A range of corporate information (including the Annual Report & Accounts) is also available to shareholders, investors and the public on our website, www.avacta.com. The Company uses intermediaries such as Investor Meet Company and Vox Markets to ensure that key updates provided via RNS releases are relayed to as many shareholders as possible. The Directors encourage the participation of all shareholders, including private investors, at the Annual General Meeting and, as a matter of policy, the level of proxy votes (for, against and vote withheld) lodged on each resolution is declared at the meeting and published on the Company’s website.
The Chief Executive Officer and Chief Financial Officer meet regularly with institutional shareholders to foster a mutual understanding of objectives and communicate back to the Board. The Chairman and Non-executive Directors are also available to discuss governance and other matters directly with major shareholders.

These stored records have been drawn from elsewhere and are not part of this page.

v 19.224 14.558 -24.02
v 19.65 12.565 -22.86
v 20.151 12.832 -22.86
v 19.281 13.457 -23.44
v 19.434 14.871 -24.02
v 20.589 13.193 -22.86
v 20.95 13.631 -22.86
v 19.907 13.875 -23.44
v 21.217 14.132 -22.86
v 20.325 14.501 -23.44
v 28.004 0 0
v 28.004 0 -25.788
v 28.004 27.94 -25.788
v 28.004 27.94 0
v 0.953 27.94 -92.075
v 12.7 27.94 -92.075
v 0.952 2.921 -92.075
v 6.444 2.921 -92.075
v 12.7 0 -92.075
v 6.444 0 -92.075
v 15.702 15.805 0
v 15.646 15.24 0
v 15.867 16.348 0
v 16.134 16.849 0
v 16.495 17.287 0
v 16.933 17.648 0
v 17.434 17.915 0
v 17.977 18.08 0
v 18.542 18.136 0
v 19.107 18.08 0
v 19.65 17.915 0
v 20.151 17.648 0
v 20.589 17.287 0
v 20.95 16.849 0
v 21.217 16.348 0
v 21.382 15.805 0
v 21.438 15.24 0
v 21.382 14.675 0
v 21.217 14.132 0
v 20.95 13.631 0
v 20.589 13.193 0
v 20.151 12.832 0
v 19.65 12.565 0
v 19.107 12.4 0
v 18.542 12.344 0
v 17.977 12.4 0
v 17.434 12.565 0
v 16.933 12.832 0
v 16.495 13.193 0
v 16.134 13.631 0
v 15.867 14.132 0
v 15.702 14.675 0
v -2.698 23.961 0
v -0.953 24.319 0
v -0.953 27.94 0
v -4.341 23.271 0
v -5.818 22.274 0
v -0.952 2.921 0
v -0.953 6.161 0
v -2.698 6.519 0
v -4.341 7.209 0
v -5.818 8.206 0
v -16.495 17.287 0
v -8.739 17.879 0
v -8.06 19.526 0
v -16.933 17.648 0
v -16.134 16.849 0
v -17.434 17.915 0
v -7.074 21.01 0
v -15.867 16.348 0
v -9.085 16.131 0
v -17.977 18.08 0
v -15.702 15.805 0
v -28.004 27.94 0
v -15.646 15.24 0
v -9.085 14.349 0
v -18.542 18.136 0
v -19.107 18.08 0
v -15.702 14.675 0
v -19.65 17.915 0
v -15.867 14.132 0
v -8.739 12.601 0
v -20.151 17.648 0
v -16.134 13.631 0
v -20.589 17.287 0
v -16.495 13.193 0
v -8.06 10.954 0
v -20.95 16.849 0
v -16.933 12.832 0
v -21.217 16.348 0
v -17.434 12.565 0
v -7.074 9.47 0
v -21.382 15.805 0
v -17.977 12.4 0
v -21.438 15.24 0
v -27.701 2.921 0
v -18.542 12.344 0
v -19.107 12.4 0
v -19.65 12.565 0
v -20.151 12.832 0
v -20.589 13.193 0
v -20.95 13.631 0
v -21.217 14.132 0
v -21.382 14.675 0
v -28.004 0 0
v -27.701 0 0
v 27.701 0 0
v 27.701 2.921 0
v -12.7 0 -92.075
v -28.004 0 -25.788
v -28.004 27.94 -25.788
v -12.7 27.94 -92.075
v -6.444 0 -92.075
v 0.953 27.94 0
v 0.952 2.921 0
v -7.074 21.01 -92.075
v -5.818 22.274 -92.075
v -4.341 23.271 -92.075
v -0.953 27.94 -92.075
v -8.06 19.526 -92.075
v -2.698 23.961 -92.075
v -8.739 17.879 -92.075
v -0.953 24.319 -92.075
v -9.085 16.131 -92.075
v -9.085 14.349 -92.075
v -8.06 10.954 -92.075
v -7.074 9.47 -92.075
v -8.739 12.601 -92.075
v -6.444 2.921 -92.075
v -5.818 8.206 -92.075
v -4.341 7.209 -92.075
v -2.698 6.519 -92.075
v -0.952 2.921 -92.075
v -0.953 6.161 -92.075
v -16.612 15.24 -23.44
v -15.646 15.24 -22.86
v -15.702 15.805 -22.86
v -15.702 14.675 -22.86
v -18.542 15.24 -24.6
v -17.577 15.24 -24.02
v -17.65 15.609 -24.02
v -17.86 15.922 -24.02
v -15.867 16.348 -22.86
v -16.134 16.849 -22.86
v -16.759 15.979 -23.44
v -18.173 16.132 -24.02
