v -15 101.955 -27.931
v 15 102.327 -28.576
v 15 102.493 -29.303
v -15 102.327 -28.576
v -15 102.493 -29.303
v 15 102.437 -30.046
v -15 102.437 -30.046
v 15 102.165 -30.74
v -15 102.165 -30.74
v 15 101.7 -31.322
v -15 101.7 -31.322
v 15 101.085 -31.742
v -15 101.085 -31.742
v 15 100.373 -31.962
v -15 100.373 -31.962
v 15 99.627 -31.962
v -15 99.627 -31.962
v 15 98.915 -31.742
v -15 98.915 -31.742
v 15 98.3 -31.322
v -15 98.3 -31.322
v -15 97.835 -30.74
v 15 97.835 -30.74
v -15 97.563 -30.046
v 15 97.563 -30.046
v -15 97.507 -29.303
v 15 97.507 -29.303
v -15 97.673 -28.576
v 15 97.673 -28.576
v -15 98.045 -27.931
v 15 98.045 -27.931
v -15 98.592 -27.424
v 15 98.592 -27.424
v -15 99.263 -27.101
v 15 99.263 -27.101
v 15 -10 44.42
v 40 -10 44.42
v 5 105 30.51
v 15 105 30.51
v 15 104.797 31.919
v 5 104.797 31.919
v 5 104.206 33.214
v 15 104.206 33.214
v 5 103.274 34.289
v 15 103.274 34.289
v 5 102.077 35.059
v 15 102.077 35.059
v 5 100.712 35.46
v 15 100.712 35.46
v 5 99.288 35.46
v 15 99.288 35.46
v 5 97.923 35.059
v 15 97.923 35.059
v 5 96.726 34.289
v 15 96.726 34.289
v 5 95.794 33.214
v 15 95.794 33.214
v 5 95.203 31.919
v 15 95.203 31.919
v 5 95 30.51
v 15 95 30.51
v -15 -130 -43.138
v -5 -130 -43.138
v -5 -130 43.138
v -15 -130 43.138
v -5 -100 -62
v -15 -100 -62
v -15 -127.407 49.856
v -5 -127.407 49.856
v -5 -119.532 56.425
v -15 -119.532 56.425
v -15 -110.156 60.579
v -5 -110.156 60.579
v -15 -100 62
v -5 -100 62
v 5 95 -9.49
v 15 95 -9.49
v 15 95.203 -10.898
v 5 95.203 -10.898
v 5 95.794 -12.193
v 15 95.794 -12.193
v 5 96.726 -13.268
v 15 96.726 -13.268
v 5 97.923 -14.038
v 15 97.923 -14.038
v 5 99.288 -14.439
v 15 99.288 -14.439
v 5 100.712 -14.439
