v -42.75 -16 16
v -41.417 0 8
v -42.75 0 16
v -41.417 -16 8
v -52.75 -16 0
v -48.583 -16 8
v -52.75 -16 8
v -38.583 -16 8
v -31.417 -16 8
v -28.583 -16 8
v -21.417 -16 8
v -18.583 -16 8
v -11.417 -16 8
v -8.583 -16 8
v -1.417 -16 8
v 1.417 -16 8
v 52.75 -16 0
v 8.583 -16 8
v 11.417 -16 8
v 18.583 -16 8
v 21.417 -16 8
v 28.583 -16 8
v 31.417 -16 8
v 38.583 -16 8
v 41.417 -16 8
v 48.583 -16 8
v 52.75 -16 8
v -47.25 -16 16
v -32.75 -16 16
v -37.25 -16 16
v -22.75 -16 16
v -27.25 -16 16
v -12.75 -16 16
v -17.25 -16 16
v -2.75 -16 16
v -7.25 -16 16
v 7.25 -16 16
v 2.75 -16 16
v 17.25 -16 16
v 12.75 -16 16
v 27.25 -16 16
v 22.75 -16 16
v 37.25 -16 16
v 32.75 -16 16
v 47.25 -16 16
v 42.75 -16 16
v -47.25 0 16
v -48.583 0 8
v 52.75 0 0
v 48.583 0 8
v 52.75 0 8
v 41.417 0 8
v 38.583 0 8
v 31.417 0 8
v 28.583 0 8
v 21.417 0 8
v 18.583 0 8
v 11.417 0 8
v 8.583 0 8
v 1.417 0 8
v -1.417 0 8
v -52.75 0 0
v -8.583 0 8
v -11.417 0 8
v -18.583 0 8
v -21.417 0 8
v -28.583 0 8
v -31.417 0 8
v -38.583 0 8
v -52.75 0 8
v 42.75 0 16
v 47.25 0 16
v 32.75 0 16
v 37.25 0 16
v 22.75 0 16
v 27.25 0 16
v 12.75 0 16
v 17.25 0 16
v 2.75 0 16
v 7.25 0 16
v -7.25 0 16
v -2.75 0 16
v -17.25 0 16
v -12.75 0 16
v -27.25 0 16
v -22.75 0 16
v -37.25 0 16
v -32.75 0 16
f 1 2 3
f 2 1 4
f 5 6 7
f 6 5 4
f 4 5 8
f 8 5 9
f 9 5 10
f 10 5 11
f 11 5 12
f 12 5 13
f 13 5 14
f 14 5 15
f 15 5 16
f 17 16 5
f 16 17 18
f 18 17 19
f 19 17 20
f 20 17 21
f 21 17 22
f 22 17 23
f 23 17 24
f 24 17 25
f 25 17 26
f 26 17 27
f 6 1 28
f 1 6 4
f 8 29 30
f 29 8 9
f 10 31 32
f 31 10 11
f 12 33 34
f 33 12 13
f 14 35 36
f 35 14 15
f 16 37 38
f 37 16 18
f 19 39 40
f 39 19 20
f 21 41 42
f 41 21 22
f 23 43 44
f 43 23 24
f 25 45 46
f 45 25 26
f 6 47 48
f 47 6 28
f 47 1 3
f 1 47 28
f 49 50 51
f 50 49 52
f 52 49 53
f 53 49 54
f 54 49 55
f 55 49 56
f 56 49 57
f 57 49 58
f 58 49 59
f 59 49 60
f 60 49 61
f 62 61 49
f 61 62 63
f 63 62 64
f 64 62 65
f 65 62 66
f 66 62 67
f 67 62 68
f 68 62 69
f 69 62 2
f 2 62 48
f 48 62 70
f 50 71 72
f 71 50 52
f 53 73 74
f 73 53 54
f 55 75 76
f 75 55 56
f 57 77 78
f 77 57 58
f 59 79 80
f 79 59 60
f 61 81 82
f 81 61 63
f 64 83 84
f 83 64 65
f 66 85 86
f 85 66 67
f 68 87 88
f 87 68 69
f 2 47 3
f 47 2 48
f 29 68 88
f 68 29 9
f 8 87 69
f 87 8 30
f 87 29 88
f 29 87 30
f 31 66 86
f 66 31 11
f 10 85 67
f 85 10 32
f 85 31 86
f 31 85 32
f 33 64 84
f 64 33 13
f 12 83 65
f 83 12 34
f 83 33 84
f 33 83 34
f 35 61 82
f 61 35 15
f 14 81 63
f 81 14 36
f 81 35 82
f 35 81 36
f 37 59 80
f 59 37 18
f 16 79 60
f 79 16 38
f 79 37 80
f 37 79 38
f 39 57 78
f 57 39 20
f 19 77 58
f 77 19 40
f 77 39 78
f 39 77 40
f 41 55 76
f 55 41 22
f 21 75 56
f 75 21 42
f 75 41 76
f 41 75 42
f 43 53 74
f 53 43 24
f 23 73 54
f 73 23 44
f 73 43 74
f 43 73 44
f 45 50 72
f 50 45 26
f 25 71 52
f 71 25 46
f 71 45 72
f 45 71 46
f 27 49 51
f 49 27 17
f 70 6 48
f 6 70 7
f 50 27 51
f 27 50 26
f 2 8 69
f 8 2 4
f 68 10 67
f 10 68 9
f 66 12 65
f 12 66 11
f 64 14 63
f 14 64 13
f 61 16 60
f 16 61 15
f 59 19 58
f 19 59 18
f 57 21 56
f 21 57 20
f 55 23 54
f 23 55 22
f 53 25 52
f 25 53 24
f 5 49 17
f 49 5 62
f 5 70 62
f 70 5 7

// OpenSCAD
$fn = 32;

// ----------------------------------------------------------------------
// Toothed rack, 10 teeth
// 10 mm pitch, 8 mm teeth
// ----------------------------------------------------------------------

// --- parameters (mm) ---
bar_w = 16;     // bar width (Y)
bar_h = 8;      // bar height (Z)
teeth = 10;     // number of teeth
pitch = 10;     // tooth pitch
tooth_h = 8;    // tooth height above the bar
root_w = 7.5;   // tooth width at the root
crest_w = 4.5;  // tooth width at the crest

// --- derived feature positions (mm) ---
span = (teeth - 1) * pitch;  // = 90   distance between the outer teeth
bar_l = span + root_w + 8;   // = 105.5   bar length: teeth plus 4 mm at each end
tooth_x = -span / 2;         // = -45   X of the first tooth
height = bar_h + tooth_h;    // = 16   overall height
feature_centers = [
  [tooth_x + 0 * pitch, -bar_w / 2],
  [tooth_x + 1 * pitch, -bar_w / 2],
  [tooth_x + 2 * pitch, -bar_w / 2],
  [tooth_x + 3 * pitch, -bar_w / 2],
  [tooth_x + 4 * pitch, -bar_w / 2],
  [tooth_x + 5 * pitch, -bar_w / 2],
  [tooth_x + 6 * pitch, -bar_w / 2],
  [tooth_x + 7 * pitch, -bar_w / 2],
  [tooth_x + 8 * pitch, -bar_w / 2],
  [tooth_x + 9 * pitch, -bar_w / 2]
];   // tooth centre line, drives the tooth loop

// bar with a rack of teeth, one extruded trapezoium per centre
module rack_tooth() {
  linear_extrude(height = bar_w)
    polygon(points = [
      [0, 0],
      [root_w, 0],
      [root_w / 2 + crest_w / 2, tooth_h + 1],
      [root_w / 2 - crest_w / 2, tooth_h + 1]
    ]);
}

union() {
  translate([-bar_l / 2, -bar_w, 0]) cube([bar_l, bar_w, bar_h]);
  for (centre = feature_centers)
    translate([centre[0] - root_w / 2, 0, bar_h - 1]) rotate([90, 0, 0]) rack_tooth();
}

The Company also holds science days, where investors and significant private shareholders are provided with an update on the Group’s scientific activities by members of the Board and Senior Management Team.
Share dealing code
The Company has adopted a code on dealings in relation to the securities of the Group. The Company requires the Directors and other relevant employees of the Group to comply with the Share Dealing Code and takes proper and reasonable steps to secure their compliance.

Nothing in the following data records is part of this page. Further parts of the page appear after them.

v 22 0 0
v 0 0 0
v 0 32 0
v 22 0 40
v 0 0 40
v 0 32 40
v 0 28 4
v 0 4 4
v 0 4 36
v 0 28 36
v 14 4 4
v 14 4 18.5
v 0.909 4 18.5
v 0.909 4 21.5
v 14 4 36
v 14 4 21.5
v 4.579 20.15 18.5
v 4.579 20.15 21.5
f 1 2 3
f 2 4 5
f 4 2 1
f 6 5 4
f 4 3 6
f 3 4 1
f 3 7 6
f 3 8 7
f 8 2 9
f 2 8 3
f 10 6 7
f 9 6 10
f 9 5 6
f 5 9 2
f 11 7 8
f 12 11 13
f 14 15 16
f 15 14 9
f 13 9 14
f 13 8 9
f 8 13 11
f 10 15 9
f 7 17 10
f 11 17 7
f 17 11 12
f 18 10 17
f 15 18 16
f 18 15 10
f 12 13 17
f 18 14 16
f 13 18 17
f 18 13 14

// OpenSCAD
/* /!\ l'épaisseur du plan incliné n'est pas exactement celle de epaisseur_base.*/

cote1=22;
cote2=32;
epaisseur_triangles=4;
largeur=40;
epaisseur_base=4;

module triangle(c1,c2,ep)
{
linear_extrude(height=ep)
	polygon(points=[[0,0],[c1,0],[0,c2]]);
}

//translate([0,0,100*$t])
union()
{
difference()
{
	triangle(cote1,cote2,largeur);
	translate([0,epaisseur_base,epaisseur_triangles])
		triangle(cote1-2*epaisseur_base,cote2-2*epaisseur_base,largeur-2*epaisseur_triangles);
}
translate([0,0,(largeur-3)/2])
	linear_extrude(height=3)
		polygon(points=[[0,0],[cote1,0],[5,cote2-10]]);
}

Corporate culture, environmental and social responsibility
The Executive Directors provide regular monthly updates to staff, most of whom are either shareholders or holders of share options, on the progress of the Group. The updates also follow key events within the financial reporting calendar and aim to give staff the same level of insight provided to institutional shareholders and analysts, providing details of the business objectives, strategy and business model, together with sharing of technical progress across the various teams within the Group. Senior management work across all the Group’s facilities and actively seek regular feedback from staff to ensure that the strategy and aims of the Group are readily understood.
During 2021 the Group embarked on a development programme for all its staff called CHX (Culture Humanity Excellence) Performance which focused on reframing the organisation’s mental health, humanising leadership and creating a higher performing, more engaged organisation.

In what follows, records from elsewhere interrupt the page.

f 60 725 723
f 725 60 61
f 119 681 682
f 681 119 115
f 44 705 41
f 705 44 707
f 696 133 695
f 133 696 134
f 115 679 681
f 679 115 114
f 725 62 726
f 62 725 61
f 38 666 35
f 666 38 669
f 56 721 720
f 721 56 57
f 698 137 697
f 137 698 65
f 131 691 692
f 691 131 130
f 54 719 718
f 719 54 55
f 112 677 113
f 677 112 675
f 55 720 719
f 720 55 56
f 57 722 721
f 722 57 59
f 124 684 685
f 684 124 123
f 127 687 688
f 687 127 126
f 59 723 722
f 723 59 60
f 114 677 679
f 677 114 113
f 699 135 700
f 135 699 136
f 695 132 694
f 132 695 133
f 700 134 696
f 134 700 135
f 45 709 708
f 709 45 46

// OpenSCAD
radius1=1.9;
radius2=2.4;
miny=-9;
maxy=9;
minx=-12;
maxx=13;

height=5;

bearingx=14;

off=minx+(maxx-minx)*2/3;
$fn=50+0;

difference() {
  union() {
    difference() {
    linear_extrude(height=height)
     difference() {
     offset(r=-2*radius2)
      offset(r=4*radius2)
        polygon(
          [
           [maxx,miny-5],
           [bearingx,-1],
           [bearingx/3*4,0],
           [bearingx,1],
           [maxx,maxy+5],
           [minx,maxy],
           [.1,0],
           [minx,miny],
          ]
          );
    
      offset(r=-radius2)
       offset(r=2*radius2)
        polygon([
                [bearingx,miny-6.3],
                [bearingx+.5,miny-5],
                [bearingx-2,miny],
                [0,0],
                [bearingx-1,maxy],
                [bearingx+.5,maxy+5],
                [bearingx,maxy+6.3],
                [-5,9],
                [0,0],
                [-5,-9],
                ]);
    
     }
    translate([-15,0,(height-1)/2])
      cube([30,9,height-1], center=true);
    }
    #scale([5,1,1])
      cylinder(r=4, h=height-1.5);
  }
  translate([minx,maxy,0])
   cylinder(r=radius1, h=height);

The Board recognises the importance of considering corporate social responsibility in operating the business and the impact of its activities relating to health, safety and environmental issues. Due to the nature of the Group’s divisions, it has a low environmental impact, and it seeks to minimise any environmental impact of its operations and complies with relevant regulations and legislation. During the development of the SARS-CoV-2 antigen lateral flow test the product development team worked to incorporate, where possible, recycled material within the plastic components and cardboard packaging.
The Group has well-defined health and safety policies and procedures, complying with current legislation and safeguarding staff, contractors and visitors. All Group sites have been regularly assessed as we have worked through the COVID-19 pandemic to ensure that facilities are COVID-safe, with the levels of staff on site carefully managed to ensure a safe and secure working environment for those staff who have been unable to work from home. Alastair Smith is the Executive Director responsible for health and safety, chairing quarterly Group meetings and reporting on health and safety matters to the Board. The Group’s policies and procedures form a part of staff induction and training programmes. Regular internal safety audits are carried out and no significant issues have been identified by these audits.